No decorrer das investigações do latrocínio (roubo seguido de morte), a PC incluiu um menor de idade, de 17 anos, como participante. O adolescente teria entrado na residência da aposentada, junto com o namorado dela. “Nós comprovamos a participação do adolescente”, afirmou Andreucci, que chefiou as investigações.
Pinto, por sua vez, teria ficado do lado de fora da casa da costureira. “Ele deu cobertura para que os dois pudessem praticar o crime”, comentou o titular. O suspeito havia prestado depoimento no final do mês passado. Na ocasião, ele negou que tivesse participado do crime, declarando que estava “no lugar errado e na hora errada” e que não se conformava com a tragédia.
Pinto afirmou, também, que conhecia a vítima e que Maria Aparecida dava “toda a liberdade para o principal acusado”, “Mamão”. De acordo com inquérito policial, ele manteria um relacionamento amoroso com a aposentada. “O suspeito contou que Mamão sempre recebia dinheiro da vítima e que, inclusive, tinha o segredo do alarme da casa dela”, relatou Andreucci.
A mulher chegou a dar seu veículo particular, um Corsa, para o namorado. “A informação que temos é de que ele, posteriormente, vendeu o automóvel para pagar dívida de drogas”, destacou o delegado. Nessa mesma época, a aposentada entregou R$ 1.000 para que Oliveira pudesse resgatar o carro.
“Ele frisou que não sabia que a aposentada seria morta e confessou, espontaneamente, sua participação nos fatos”, destacou Andreucci. Ainda assim, o delegado fez a representação pela prisão temporária dele, pedido aceito pelo Judiciário local que determinou, também, a custódia do menor. O adolescente havia sido localizado na cidade de Rio Claro, ainda em novembro.

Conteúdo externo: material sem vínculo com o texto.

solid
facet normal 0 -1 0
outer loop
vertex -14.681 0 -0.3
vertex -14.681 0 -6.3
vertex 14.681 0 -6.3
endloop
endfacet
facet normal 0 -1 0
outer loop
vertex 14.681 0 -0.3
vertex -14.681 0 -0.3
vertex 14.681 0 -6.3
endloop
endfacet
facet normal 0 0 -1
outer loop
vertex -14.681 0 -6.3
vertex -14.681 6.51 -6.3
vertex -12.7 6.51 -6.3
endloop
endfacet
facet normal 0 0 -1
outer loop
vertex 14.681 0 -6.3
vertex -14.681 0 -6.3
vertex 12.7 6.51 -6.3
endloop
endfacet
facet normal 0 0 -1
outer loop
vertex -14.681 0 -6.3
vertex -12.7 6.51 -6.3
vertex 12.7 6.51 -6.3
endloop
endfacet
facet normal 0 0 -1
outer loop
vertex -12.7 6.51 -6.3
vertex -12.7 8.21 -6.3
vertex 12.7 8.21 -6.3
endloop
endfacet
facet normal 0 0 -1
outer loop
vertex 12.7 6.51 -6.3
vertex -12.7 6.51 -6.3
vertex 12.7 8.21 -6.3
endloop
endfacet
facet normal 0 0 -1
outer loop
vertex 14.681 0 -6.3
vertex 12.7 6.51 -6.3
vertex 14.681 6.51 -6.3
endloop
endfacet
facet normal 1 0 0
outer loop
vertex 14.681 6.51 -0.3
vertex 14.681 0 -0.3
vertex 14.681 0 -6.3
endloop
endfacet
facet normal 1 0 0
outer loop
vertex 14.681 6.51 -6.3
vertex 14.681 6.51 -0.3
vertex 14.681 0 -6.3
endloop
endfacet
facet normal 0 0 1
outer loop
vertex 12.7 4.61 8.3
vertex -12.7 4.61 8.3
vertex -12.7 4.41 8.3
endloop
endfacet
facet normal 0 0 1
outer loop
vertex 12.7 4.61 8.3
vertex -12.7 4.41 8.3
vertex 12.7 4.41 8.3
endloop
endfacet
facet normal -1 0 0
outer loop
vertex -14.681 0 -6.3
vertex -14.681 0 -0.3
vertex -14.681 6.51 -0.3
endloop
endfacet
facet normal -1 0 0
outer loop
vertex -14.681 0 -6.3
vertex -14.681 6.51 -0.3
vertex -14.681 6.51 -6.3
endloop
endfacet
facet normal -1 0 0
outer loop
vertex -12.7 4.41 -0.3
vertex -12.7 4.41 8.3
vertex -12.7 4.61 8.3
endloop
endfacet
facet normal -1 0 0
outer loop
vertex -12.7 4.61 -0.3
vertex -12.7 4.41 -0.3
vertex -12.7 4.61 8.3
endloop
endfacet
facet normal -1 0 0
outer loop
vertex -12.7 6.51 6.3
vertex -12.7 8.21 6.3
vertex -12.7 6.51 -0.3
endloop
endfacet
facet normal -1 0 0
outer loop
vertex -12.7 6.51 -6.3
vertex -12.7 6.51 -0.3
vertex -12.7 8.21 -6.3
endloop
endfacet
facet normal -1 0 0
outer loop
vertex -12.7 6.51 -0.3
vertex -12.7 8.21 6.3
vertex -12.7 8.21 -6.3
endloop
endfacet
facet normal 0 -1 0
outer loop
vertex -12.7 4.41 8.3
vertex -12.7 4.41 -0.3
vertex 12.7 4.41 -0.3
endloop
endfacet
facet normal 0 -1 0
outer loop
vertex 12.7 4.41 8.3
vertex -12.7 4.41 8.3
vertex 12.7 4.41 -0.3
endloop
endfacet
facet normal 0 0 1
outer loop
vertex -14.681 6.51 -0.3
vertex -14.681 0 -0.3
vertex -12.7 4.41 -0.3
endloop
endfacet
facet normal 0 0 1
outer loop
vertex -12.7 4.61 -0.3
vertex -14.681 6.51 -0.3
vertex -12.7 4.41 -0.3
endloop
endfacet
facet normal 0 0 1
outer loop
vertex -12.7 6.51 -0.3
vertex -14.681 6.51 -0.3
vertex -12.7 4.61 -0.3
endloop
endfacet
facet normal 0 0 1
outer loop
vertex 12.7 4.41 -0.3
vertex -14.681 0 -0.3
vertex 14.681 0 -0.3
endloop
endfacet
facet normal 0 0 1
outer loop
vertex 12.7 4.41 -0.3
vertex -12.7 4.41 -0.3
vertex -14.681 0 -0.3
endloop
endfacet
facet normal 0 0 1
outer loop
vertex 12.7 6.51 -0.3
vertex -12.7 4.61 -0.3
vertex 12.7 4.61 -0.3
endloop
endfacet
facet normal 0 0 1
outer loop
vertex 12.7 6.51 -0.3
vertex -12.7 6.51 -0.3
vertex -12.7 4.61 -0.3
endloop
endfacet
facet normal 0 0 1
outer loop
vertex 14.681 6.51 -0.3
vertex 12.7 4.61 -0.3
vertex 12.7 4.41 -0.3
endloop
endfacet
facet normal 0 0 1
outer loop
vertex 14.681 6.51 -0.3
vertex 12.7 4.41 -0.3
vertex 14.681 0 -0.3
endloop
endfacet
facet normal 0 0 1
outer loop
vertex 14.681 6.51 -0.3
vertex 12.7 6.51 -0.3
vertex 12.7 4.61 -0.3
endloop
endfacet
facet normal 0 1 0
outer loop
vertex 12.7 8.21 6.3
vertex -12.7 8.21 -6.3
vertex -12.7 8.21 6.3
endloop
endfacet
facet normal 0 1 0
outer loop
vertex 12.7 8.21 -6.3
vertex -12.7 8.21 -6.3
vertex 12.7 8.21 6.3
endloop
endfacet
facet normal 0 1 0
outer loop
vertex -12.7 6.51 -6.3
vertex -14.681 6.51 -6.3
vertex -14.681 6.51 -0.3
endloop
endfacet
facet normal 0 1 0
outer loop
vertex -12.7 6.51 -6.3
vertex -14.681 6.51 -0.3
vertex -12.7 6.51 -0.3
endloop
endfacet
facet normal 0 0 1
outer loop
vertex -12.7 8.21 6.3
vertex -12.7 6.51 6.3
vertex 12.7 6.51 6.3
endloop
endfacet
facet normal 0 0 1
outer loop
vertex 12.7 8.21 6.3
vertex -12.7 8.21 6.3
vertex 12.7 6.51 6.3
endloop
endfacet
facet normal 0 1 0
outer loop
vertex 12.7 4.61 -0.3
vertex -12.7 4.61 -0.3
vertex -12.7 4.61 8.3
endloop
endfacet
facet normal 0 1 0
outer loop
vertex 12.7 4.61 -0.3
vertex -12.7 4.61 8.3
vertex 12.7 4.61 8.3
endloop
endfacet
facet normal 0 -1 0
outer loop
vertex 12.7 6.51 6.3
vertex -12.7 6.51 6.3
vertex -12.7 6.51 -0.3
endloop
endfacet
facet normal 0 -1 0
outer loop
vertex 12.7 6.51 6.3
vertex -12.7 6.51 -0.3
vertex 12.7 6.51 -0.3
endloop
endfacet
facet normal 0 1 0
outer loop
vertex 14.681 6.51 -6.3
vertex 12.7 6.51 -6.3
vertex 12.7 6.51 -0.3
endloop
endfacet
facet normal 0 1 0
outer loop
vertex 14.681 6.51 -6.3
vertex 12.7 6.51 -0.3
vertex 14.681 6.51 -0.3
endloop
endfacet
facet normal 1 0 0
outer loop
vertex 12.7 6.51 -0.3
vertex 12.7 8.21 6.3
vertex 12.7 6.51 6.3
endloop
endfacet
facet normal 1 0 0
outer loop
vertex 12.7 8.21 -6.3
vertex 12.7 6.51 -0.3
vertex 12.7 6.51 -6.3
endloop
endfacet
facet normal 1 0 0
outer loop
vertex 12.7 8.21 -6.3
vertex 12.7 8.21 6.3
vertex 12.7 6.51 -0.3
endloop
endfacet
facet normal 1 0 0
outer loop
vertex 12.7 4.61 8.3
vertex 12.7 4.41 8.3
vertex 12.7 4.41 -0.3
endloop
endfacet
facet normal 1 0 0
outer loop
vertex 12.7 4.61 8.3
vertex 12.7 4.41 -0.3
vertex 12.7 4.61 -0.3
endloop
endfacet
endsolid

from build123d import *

# Parameters (mm, degrees)
SKETCH1_W           = 29.3624
SKETCH1_H           = 12.6
BOSS_EXTRUDE1_DEPTH = 8.21
SKETCH4_W           = 29.3624
SKETCH4_H           = 6.51
CUT_EXTRUDE2_DEPTH  = 6.6
BOSS_EXTRUDE2_START = -12.6
SKETCH2_W           = 25.4
SKETCH2_H           = 0.2
BOSS_EXTRUDE2_DEPTH = 14.6
SKETCH3_W           = 1.9812
SKETCH3_H           = 12.6
CUT_EXTRUDE1_DEPTH  = 1.7


with BuildPart() as part:
    # Sketch1 → Boss-Extrude1 (new body)
    with BuildSketch(Plane(origin=(0, 0, 0), x_dir=(1, 0, 0), z_dir=(0, 1, 0))):
        Rectangle(SKETCH1_W, SKETCH1_H)
    extrude(amount=BOSS_EXTRUDE1_DEPTH)

    # Sketch4 → Cut-Extrude2 (cut)
    with BuildSketch(Plane.XY.offset(6.3)):
        with Locations((0, 3.255)):
            Rectangle(SKETCH4_W, SKETCH4_H)
    extrude(amount=-CUT_EXTRUDE2_DEPTH, mode=Mode.SUBTRACT)

    # Sketch2 → Boss-Extrude2 (add)
    with BuildSketch(Plane.XY.offset(6.3).offset(BOSS_EXTRUDE2_START)):
        with Locations((0, 4.51)):
            Rectangle(SKETCH2_W, SKETCH2_H)
    extrude(amount=BOSS_EXTRUDE2_DEPTH)

    # Sketch3 → Cut-Extrude1 (cut)
    with BuildSketch(Plane(origin=(0, 8.21, 0), x_dir=(1, 0, 0), z_dir=(0, 1, 0))):
        with Locations((-13.6906, 0)):
            Rectangle(SKETCH3_W, SKETCH3_H)
        with Locations((13.6906, 0)):
            Rectangle(SKETCH3_W, SKETCH3_H)
    extrude(amount=-CUT_EXTRUDE1_DEPTH, mode=Mode.SUBTRACT)


solid = part.part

Além da temporária, Andreucci solicitou a prisão preventiva de Oliveira e Pinto. O objetivo é que os dois, mais o menor que deverá permanecer custodiado, aguardem os julgamentos presos. A pena para o crime varia de 12 a 30 anos de reclusão. A sentença, no entanto, vai depender da participação de cada um no crime. “Esta possibilidade está prevista no CPB (Código Penal Brasileiro), que adota o princípio que cada um está sujeito à conduta que teve. Então, a pena é proporcional aos atos”, argumentou.

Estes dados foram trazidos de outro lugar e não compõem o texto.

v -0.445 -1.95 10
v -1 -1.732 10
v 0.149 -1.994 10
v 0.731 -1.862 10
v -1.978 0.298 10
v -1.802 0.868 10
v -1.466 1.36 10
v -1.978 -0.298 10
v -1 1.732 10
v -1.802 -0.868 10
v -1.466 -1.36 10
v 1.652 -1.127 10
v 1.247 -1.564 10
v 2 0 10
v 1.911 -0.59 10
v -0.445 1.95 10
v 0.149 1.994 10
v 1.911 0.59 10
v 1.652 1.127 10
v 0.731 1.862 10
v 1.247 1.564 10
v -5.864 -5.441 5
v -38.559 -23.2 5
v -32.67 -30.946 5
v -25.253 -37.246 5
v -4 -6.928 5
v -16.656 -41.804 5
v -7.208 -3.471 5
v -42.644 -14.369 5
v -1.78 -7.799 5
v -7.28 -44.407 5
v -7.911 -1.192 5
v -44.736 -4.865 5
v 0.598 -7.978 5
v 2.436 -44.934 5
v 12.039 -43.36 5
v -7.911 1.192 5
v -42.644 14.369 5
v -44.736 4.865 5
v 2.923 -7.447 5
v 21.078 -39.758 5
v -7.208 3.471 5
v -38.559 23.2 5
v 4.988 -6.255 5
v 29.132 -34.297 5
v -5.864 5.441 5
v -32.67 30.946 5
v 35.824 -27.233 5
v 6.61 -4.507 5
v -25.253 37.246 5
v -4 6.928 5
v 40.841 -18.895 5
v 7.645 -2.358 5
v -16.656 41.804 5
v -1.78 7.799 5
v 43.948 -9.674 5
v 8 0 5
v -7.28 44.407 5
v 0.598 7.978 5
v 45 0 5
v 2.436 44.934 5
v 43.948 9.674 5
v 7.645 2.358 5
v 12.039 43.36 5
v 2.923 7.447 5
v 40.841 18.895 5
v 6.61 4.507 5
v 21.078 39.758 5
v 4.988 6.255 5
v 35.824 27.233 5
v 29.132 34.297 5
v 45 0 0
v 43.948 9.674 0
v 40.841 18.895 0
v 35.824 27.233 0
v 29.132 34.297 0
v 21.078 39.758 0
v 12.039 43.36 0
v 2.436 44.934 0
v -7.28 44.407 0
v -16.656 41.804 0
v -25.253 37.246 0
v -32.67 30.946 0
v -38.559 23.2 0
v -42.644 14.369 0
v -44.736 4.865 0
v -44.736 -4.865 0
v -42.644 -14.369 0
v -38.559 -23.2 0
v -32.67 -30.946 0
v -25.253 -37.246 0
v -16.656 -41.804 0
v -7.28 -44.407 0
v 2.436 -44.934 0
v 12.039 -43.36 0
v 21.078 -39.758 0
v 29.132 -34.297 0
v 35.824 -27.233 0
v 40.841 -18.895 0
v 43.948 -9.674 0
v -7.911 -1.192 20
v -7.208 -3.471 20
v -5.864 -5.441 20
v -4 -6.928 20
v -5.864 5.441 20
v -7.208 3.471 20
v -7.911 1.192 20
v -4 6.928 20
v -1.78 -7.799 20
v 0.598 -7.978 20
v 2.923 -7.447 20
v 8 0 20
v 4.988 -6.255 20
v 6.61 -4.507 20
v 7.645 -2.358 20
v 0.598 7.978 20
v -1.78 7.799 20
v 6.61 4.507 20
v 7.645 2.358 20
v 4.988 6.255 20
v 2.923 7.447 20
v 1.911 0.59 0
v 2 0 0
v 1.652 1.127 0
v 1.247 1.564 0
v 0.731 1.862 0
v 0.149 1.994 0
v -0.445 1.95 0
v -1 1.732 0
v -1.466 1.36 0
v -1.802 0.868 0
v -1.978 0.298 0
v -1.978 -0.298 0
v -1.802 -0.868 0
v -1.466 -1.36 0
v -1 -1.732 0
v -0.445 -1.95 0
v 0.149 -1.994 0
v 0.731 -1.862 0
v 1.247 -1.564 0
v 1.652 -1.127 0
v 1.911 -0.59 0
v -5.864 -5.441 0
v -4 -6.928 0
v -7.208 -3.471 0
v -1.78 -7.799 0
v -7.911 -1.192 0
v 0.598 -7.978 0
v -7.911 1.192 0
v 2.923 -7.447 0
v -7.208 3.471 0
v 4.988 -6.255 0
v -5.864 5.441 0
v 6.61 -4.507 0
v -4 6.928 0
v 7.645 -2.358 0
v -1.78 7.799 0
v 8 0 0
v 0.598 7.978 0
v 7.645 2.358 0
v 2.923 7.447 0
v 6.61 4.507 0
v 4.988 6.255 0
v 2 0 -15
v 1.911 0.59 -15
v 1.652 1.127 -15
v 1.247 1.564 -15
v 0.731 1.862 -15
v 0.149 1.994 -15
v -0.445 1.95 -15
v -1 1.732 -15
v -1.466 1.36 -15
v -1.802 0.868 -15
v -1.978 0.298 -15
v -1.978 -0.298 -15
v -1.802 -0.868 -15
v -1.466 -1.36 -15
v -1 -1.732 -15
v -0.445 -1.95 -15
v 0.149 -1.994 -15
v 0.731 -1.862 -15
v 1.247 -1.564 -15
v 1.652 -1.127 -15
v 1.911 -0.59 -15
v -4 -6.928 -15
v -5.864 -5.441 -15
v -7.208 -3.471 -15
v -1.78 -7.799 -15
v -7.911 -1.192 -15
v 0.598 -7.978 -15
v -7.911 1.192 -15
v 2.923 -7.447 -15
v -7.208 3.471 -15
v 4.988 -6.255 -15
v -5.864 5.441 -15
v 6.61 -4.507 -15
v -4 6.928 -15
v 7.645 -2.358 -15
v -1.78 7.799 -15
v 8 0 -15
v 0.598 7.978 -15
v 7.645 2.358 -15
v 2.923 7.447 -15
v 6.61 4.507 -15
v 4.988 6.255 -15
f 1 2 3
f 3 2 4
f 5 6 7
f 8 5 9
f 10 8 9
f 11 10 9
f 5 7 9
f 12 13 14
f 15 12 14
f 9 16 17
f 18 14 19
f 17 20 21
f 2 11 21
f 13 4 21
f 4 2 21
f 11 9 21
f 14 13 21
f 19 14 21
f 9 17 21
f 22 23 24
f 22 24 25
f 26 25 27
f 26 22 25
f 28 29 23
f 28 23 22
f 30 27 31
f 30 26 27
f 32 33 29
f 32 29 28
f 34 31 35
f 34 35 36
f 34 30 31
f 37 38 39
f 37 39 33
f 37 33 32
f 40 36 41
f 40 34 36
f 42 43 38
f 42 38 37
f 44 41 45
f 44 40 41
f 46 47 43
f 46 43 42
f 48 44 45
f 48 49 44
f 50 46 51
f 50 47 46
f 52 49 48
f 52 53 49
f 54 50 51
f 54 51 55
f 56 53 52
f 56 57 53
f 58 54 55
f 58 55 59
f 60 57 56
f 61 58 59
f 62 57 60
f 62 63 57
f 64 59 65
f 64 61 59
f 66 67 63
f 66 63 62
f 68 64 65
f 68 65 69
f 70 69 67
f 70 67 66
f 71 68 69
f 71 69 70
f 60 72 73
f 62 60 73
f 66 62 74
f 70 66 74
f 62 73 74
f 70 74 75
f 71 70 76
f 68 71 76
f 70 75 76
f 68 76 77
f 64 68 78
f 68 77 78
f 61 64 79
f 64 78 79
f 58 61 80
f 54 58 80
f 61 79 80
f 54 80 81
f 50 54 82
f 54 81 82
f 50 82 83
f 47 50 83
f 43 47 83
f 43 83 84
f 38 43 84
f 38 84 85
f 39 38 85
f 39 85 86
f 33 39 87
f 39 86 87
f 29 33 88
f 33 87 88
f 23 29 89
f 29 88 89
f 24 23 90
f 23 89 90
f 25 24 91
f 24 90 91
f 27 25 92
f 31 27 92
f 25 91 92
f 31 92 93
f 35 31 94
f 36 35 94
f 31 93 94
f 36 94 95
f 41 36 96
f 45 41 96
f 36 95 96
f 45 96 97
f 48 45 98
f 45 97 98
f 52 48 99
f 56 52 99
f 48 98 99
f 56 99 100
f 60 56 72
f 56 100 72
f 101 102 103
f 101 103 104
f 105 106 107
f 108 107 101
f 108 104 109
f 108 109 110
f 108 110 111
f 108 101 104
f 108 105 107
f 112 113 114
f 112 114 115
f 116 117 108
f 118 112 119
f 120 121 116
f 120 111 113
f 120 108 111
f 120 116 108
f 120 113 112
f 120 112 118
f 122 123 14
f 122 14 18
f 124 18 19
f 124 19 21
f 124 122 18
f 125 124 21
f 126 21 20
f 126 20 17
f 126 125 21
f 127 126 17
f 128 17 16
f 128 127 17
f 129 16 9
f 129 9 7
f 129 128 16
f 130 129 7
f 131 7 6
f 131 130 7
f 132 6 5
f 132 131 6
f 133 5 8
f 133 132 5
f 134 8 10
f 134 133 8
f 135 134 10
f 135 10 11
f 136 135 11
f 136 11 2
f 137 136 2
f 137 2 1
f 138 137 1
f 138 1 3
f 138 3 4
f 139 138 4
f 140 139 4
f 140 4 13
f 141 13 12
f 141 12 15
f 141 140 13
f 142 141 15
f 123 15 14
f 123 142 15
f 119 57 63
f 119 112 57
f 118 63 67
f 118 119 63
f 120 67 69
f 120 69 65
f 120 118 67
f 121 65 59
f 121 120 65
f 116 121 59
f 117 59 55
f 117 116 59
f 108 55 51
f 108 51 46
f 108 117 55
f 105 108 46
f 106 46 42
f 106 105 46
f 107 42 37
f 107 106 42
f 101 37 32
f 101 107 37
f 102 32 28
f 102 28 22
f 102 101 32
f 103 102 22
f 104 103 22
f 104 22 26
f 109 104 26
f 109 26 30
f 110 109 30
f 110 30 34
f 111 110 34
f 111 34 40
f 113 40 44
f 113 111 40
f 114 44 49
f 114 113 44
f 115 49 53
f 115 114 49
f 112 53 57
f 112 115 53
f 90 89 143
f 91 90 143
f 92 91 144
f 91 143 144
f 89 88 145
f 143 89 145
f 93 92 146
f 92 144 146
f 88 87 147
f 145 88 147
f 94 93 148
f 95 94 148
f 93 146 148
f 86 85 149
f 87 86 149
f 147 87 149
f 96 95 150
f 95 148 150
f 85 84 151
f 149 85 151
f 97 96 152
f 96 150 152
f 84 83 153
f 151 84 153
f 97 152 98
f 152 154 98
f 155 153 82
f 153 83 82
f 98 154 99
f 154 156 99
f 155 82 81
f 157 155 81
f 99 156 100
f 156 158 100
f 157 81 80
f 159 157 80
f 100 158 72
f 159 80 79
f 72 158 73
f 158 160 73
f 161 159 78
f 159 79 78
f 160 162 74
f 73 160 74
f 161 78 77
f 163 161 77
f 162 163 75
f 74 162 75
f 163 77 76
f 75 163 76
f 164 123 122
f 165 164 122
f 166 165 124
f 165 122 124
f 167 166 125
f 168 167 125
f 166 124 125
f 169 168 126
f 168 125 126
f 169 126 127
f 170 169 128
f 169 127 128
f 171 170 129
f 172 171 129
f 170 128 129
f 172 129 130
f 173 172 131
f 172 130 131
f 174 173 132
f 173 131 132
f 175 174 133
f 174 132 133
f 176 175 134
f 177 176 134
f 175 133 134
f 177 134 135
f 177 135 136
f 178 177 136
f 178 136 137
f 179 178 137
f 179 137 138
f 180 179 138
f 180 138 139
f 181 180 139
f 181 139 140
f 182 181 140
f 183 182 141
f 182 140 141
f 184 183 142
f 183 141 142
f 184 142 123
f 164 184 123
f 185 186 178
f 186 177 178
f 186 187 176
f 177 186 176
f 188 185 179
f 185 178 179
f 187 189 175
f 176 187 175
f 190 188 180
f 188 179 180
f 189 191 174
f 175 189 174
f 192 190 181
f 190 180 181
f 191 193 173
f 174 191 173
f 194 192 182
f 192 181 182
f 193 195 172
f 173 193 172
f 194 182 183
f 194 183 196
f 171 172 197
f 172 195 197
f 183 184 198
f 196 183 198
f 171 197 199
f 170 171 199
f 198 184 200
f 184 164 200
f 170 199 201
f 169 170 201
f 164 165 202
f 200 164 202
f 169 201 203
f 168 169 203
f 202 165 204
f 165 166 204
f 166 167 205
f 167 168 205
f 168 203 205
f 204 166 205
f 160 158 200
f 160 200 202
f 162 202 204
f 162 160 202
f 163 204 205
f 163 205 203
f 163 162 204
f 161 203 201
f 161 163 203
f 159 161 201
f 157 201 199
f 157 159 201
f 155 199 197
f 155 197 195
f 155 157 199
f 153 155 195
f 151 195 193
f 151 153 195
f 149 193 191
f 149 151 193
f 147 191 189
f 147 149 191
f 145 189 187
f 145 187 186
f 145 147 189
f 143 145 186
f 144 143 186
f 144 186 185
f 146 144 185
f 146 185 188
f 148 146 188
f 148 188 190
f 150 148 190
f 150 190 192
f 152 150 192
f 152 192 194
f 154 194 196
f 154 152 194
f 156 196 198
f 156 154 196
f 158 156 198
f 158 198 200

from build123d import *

# Parameters (mm, degrees)
SKETCH1_R                = 8
BOSS_EXTRUDE1_DEPTH      = 20
BOSS_EXTRUDE1_DEPTH_BACK = 15
SKETCH2_R                = 45
BOSS_EXTRUDE2_DEPTH      = 5
SKETCH3_R                = 2
CUT_EXTRUDE1_DEPTH       = 10
CUT_EXTRUDE1_DEPTH_BACK  = 15


with BuildPart() as part:
    # Sketch1 → Boss-Extrude1 (new body, two sides)
    with BuildSketch(Plane.XY) as boss_extrude1_sk:
        Circle(SKETCH1_R)
    extrude(amount=BOSS_EXTRUDE1_DEPTH)
    extrude(boss_extrude1_sk.sketch, amount=-BOSS_EXTRUDE1_DEPTH_BACK)

    # Sketch2 → Boss-Extrude2 (add)
    with BuildSketch(Plane.XY):
        Circle(SKETCH2_R)
    extrude(amount=BOSS_EXTRUDE2_DEPTH)

    # Sketch3 → Cut-Extrude1 (cut, two sides)
    with BuildSketch(Plane.XY) as cut_extrude1_sk:
        Circle(SKETCH3_R)
    extrude(amount=CUT_EXTRUDE1_DEPTH, mode=Mode.SUBTRACT)
    extrude(cut_extrude1_sk.sketch, amount=-CUT_EXTRUDE1_DEPTH_BACK, mode=Mode.SUBTRACT)


solid = part.part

Como Pinto não teria entrado na casa da vítima (ele ficou do lado de fora), a participação dele é “subjetiva”. “Tanto a culpa como a inocência são subjetivas. Ele vai ter que provar que não sabia que haveria um homicídio”, explicou o delegado.
Caso consiga convencer o juiz de que não sabia e não teve participação (nem ativa e nem passiva), ele pode ser condenado a uma pena menor, ou, até mesmo, ser absolvido. De acordo com Andreucci, existe uma terceira possibilidade: Pinto poderá virar testemunha de acusação contra os outros dois participantes (o menor e o namorado da costureira).
Os três serão julgados por juiz singular (juiz de 1a instância, responsável pela jurisdição) e não pelo tribunal do júri, quando há jurados. A sentença, neste tipo de julgamento, costuma ser, conforme Andreucci, mais severa. “Eles deverão ser julgados de uma só vez, a não ser que um advogado peça um desmembramento, o que não deve ocorrer”, explicou o titular.